### Extracted records:
= Beginning of Section =

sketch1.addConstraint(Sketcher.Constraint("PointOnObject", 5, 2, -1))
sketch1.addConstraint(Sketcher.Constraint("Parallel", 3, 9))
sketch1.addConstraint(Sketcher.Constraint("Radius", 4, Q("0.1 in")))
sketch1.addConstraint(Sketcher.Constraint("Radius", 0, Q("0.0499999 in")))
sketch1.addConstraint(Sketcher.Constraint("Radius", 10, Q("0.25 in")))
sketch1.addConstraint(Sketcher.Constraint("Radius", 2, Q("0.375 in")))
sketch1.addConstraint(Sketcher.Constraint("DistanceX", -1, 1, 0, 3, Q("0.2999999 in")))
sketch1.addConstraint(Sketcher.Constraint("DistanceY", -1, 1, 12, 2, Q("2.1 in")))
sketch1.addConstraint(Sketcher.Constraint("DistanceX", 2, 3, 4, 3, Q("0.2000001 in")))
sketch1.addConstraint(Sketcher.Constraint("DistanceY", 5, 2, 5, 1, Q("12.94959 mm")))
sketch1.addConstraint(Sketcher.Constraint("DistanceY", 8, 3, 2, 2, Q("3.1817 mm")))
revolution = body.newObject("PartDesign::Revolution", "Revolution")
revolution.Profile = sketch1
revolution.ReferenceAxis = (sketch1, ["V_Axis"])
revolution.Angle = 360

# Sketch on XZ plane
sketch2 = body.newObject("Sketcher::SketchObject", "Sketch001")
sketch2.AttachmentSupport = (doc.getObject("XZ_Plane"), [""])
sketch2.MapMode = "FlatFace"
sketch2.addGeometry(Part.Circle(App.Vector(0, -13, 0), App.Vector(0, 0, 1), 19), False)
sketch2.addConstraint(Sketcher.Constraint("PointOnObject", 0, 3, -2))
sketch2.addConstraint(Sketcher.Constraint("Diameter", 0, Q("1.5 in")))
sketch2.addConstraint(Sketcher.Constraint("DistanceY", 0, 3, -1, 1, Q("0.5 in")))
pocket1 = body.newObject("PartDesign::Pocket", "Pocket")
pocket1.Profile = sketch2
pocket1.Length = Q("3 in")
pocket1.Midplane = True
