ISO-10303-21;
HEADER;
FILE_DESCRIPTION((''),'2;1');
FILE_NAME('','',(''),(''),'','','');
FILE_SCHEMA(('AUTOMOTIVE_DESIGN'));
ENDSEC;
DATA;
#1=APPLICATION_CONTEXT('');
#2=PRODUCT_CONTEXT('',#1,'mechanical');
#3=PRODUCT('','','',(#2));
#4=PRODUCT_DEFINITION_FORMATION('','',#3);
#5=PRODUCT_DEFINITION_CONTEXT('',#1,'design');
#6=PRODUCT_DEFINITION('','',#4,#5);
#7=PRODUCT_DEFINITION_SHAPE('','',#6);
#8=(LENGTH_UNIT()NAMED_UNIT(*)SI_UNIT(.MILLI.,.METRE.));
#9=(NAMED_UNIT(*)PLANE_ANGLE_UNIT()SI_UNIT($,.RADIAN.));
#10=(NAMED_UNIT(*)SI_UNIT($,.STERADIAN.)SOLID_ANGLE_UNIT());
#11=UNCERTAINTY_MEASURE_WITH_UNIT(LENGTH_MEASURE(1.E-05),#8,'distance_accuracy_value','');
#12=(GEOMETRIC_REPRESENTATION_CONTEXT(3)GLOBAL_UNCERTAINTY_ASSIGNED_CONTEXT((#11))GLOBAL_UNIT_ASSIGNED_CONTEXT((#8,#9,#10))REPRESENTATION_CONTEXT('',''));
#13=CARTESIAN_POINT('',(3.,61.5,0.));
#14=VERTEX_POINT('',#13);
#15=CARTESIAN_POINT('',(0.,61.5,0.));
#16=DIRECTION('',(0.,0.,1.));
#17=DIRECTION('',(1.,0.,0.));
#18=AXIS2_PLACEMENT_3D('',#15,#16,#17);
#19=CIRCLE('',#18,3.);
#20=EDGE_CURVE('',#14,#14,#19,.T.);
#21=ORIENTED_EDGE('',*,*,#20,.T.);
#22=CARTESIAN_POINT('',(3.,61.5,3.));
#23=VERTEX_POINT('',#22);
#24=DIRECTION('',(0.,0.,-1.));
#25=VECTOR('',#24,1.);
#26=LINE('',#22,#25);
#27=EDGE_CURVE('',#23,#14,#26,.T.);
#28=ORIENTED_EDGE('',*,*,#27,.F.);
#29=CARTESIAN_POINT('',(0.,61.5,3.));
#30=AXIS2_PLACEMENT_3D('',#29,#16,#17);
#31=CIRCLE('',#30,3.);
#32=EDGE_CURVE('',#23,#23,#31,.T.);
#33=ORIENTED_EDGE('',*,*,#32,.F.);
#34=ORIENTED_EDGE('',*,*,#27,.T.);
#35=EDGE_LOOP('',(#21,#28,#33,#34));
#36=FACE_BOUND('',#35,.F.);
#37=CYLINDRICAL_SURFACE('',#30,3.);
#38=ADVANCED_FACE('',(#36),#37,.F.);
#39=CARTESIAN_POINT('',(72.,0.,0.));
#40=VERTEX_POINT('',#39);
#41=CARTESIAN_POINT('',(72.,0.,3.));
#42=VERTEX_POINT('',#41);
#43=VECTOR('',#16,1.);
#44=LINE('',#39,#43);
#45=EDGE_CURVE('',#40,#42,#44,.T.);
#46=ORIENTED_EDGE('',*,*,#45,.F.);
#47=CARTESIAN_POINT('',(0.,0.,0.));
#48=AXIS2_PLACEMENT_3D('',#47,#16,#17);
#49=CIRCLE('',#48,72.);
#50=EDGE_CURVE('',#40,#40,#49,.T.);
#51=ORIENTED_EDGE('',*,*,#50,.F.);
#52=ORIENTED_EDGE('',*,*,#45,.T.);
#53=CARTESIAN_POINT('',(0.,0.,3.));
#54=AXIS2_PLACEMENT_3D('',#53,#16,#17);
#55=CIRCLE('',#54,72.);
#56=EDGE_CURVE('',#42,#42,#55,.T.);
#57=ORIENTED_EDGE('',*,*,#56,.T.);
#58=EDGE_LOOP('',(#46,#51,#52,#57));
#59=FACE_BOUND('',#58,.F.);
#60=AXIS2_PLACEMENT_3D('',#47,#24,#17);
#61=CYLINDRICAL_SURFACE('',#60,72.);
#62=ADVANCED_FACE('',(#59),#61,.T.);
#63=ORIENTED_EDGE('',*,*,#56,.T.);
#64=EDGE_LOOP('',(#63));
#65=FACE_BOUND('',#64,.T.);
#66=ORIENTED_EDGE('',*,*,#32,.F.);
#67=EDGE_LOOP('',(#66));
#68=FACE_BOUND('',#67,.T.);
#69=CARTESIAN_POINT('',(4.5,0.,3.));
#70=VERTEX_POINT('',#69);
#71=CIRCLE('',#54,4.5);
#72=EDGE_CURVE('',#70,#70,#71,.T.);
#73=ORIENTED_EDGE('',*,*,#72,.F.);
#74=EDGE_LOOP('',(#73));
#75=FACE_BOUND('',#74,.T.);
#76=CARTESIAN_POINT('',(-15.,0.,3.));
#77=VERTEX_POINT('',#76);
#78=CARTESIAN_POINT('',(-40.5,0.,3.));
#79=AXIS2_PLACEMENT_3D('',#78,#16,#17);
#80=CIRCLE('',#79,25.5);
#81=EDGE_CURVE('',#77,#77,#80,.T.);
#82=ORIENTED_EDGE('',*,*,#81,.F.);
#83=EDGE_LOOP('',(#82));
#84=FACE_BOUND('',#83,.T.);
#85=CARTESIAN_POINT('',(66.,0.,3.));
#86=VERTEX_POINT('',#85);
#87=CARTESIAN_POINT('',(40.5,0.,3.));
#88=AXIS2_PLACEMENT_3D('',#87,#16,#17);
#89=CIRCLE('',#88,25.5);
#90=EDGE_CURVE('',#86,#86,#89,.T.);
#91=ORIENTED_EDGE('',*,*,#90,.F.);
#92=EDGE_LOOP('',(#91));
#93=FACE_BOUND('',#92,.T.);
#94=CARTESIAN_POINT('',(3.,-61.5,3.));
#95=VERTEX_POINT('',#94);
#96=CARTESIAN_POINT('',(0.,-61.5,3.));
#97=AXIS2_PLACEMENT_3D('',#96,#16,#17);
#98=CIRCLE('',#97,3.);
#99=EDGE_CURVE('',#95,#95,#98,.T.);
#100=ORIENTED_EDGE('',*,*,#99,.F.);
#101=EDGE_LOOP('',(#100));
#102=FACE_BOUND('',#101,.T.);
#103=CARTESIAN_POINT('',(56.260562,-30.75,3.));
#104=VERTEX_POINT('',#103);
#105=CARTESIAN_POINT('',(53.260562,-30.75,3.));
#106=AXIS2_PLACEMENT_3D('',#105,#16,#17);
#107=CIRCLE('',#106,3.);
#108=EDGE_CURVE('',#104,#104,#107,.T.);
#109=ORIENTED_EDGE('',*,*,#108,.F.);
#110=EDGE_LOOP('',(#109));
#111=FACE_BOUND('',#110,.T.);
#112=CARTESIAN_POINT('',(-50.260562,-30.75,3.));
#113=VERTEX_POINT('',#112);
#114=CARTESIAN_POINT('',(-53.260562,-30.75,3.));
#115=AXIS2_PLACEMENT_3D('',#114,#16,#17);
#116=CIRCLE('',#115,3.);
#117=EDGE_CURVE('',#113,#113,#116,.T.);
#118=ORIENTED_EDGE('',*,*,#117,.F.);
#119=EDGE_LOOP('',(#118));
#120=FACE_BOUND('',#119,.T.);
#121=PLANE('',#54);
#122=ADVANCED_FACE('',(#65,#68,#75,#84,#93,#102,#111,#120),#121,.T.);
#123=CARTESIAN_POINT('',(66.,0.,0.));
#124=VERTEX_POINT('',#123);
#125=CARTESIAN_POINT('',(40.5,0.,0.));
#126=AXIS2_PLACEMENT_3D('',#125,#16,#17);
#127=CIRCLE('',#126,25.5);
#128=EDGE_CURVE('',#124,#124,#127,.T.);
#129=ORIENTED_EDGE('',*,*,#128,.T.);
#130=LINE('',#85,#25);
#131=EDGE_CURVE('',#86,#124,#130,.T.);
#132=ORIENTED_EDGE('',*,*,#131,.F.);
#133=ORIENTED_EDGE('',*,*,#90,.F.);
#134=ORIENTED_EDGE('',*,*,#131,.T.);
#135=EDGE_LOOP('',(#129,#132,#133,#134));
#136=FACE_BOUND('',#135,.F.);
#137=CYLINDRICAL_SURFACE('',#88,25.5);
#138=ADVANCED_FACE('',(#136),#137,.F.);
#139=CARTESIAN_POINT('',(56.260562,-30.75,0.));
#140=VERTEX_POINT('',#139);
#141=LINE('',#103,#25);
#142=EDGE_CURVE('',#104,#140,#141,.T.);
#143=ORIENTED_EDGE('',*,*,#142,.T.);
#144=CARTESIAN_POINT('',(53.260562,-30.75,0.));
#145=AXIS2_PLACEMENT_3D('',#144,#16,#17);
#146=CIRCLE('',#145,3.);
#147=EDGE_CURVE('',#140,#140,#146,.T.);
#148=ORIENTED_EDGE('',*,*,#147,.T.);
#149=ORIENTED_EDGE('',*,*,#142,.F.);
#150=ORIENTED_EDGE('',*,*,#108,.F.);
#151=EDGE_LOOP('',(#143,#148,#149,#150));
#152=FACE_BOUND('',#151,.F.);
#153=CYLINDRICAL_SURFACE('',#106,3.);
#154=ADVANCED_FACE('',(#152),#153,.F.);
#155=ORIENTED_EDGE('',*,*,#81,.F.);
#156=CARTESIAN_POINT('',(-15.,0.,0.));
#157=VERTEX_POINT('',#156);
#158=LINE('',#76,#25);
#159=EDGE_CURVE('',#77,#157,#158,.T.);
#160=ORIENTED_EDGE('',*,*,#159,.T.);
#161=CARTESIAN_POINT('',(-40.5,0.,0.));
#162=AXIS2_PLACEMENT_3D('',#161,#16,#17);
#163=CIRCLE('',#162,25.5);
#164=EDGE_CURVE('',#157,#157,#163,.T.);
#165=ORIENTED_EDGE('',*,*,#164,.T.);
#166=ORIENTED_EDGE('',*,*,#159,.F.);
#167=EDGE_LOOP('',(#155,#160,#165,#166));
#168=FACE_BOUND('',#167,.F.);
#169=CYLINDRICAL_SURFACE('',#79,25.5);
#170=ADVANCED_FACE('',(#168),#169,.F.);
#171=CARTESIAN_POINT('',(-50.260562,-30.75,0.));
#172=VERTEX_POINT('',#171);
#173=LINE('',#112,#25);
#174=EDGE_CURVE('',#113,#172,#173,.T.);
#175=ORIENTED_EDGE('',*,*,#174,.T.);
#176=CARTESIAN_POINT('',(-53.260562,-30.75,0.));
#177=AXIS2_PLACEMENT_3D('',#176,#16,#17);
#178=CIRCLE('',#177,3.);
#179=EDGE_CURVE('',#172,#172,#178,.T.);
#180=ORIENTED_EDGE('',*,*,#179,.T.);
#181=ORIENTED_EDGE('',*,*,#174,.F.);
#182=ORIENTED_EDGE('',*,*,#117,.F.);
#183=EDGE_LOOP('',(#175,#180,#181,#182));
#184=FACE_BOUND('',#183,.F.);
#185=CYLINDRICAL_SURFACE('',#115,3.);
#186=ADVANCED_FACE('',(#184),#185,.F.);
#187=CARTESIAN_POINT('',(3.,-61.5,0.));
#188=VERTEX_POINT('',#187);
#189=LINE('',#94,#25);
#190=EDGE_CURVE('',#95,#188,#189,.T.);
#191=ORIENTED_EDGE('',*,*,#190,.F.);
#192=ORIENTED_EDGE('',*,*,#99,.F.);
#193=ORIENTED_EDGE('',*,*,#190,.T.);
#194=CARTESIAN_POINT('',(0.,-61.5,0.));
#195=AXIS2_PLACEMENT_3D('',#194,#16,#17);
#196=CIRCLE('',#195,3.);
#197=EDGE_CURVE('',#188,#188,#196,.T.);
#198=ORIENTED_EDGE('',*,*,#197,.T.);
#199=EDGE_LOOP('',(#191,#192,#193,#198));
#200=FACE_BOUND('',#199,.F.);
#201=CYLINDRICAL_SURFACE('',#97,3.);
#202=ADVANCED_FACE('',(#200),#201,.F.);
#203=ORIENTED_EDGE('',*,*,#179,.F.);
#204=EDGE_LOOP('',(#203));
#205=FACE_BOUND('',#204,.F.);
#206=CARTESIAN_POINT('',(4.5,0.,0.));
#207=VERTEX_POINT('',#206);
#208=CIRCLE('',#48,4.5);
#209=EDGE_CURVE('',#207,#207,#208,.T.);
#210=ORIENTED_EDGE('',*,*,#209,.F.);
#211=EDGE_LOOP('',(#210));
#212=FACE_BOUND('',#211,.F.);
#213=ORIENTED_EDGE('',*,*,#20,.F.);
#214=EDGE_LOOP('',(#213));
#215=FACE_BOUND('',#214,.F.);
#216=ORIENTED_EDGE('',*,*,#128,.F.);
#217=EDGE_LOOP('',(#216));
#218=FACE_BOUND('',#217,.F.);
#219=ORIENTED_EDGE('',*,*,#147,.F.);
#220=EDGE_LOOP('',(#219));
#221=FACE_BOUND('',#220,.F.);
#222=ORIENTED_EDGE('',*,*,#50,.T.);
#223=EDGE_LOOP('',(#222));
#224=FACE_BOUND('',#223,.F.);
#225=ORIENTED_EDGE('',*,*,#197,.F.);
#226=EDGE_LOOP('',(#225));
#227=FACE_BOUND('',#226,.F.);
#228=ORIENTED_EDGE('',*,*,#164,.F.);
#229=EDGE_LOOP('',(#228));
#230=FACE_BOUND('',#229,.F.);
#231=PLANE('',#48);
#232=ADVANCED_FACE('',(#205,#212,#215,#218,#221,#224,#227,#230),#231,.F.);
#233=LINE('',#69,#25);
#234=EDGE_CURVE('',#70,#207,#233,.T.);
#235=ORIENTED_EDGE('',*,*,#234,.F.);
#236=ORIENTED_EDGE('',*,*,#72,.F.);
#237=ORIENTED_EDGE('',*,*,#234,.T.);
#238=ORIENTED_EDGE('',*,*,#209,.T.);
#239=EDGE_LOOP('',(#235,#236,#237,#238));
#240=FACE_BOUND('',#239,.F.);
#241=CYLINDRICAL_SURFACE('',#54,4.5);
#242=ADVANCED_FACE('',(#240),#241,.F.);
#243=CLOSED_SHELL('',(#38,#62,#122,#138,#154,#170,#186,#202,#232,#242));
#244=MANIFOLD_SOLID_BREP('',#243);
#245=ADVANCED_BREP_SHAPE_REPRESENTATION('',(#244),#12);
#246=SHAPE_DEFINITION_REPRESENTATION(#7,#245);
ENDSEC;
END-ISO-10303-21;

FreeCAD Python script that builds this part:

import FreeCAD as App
import Part
import Sketcher

doc = App.newDocument("Part")
body = doc.addObject("PartDesign::Body", "Body")

# Sketch on XY plane
sketch1 = doc.addObject("Sketcher::SketchObject", "Sketch")
body.addObject(sketch1)
sketch1.AttachmentSupport = (doc.XY_Plane, [""])
sketch1.MapMode = "FlatFace"
sketch1.addGeometry(Part.Circle(App.Vector(0, 0, 0), App.Vector(0, 0, 1), 72), False)
sketch1.addConstraint(Sketcher.Constraint("Coincident", 0, 3, -1, 1))
sketch1.addConstraint(Sketcher.Constraint("Diameter", 0, 144.0))
pad1 = doc.addObject("PartDesign::Pad", "Pad")
body.addObject(pad1)
pad1.Profile = sketch1
pad1.Length = 3

# Sketch on XY plane
sketch2 = doc.addObject("Sketcher::SketchObject", "Sketch001")
body.addObject(sketch2)
sketch2.AttachmentSupport = (doc.XY_Plane, [""])
sketch2.MapMode = "FlatFace"
sketch2.AttachmentOffset = App.Placement(App.Vector(0, 0, 3), App.Rotation())
sketch2.addGeometry(Part.Circle(App.Vector(-40, 0, 0), App.Vector(0, 0, 1), 26), False)
sketch2.addGeometry(Part.Circle(App.Vector(40, 0, 0), App.Vector(0, 0, 1), 26), False)
sketch2.addConstraint(Sketcher.Constraint("Equal", 0, 1))
sketch2.addConstraint(Sketcher.Constraint("Symmetric", 0, 3, 1, 3, -1, 1))
sketch2.addConstraint(Sketcher.Constraint("PointOnObject", 0, 3, -1))
sketch2.addConstraint(Sketcher.Constraint("Diameter", 0, 51.0))
sketch2.addConstraint(Sketcher.Constraint("DistanceX", 0, 3, 1, 3, 81.0))
pocket1 = doc.addObject("PartDesign::Pocket", "Pocket")
body.addObject(pocket1)
pocket1.Profile = sketch2
pocket1.Length = 3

= End of Section =

Starting with the line with "#50=EDGE_CURVE('',#40,#40,#49,.T.);" above and going on through the line with "#57=ORIENTED_EDGE('',*,*,#56,.T.);", transcribe every line exactly, both ends included, and add nothing.

#50=EDGE_CURVE('',#40,#40,#49,.T.);
#51=ORIENTED_EDGE('',*,*,#50,.F.);
#52=ORIENTED_EDGE('',*,*,#45,.T.);
#53=CARTESIAN_POINT('',(0.,0.,3.));
#54=AXIS2_PLACEMENT_3D('',#53,#16,#17);
#55=CIRCLE('',#54,72.);
#56=EDGE_CURVE('',#42,#42,#55,.T.);
#57=ORIENTED_EDGE('',*,*,#56,.T.);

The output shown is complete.